The exhibits featured a number of product introductions for clinical molecular diagnostics. Illumina launched a 170-gene NGS solution called TruSight Tumor 170. The product is touted to be the “only enrichment base to integrate DNA and RNA” on the market. The solution offers a workflow that can simultaneously target cancer-related aberrations, including SNPs, copy numbers and splice variants. Illumina has invested a great deal into the underlying enrichment and assay methodology, allowing for universal use and as an underlying platform for applications beyond solid tumor profiling. The standardized methodology can be customized, and is flexible to allow for universal utilization. The cost of the assay is $625 per sample.

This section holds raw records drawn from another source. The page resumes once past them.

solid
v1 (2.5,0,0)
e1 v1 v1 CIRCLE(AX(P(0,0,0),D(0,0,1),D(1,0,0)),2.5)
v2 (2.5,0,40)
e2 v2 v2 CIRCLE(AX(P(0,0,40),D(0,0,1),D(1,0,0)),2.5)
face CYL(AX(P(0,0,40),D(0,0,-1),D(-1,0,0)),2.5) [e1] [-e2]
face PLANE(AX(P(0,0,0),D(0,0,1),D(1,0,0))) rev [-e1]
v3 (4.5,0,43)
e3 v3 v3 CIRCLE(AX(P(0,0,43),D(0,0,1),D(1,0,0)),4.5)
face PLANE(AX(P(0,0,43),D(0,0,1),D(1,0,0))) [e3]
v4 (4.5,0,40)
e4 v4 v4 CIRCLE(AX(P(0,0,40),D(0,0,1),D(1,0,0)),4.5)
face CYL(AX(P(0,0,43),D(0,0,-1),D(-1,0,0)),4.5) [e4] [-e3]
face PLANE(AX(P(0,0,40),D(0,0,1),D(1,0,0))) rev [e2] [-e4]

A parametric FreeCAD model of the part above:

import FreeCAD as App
import Part
import Sketcher
from FreeCAD import Vector

doc = App.newDocument("Part")
body = doc.addObject("PartDesign::Body", "Body")

sketch1 = doc.addObject("Sketcher::SketchObject", "Sketch")
body.addObject(sketch1)
sketch1.AttachmentSupport = (doc.XY_Plane, [""])
sketch1.MapMode = "FlatFace"
sketch1.addGeometry(Part.Circle(Vector(0, 0, 0), Vector(0, 0, 1), 2.5), False)
sketch1.addConstraint(Sketcher.Constraint("Coincident", 0, 3, -1, 1))
sketch1.addConstraint(Sketcher.Constraint("Diameter", 0, 5.0))
pad1 = doc.addObject("PartDesign::Pad", "Pad")
body.addObject(pad1)
pad1.Profile = sketch1
pad1.Length = 40

sketch2 = doc.addObject("Sketcher::SketchObject", "Sketch001")
body.addObject(sketch2)
sketch2.AttachmentSupport = (doc.XY_Plane, [""])
sketch2.MapMode = "FlatFace"
sketch2.AttachmentOffset = App.Placement(Vector(0, 0, 40), App.Rotation())
sketch2.addGeometry(Part.Circle(Vector(0, 0, 0), Vector(0, 0, 1), 4.5), False)
sketch2.addConstraint(Sketcher.Constraint("Coincident", 0, 3, -1, 1))
sketch2.addConstraint(Sketcher.Constraint("Diameter", 0, 9.0))
pad2 = doc.addObject("PartDesign::Pad", "Pad001")
body.addObject(pad2)
pad2.Profile = sketch2
pad2.Length = 3

doc.recompute()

Oxford Nanopore Technologies showcased the MinION, which became commercially available in May 2015. The MinION has up to 512 channels for sequencing. The main improvements since its launch have been in regards to accuracy, which has improved from 90% to 97%, and the 9.4 version can process 10 GB in 48 hours. Subsequently, Oxford Nanapore Technologies launched the PromethION flow cell, which utilizes the same technology as the MinION, but has a much larger chip, allowing for up to 3,000 channels for sequencing. The target markets for both products are customers requiring real-time sequencing. However, given the capacity of the PromethION, the product is geared towards larger labs with a need for assay development.
At the show, Agilent Technologies released the Cartagenia Bench Lab 5.0 version. The major new capability is the ability to perform somatic analysis. In addition, the software incorporates new knowledge sources (i.e., the CIViC database) along with variant information from curated and public databases. The database builds upon the current platforms for somatic variant classification and reporting tools. The software allows users to view data on a single screen with respect to SNPs, allowing for full-analysis capabilities for clinical geneticists and molecular pathologists.
Rubicon Genomics unveiled a new Thruplex Enrichment Reagent Kit at the meeting. The product’s main purpose within the company’s current portfolio is to connect the Rubicon Genomics Kit to Agilent Technologies capture probes (i.e., Agilent SureSelect). The kit is designed to simplify the current workflow and is due to start shipping in December 2016. The product is focused on targeted sequencing, with pricing yet to be finalized.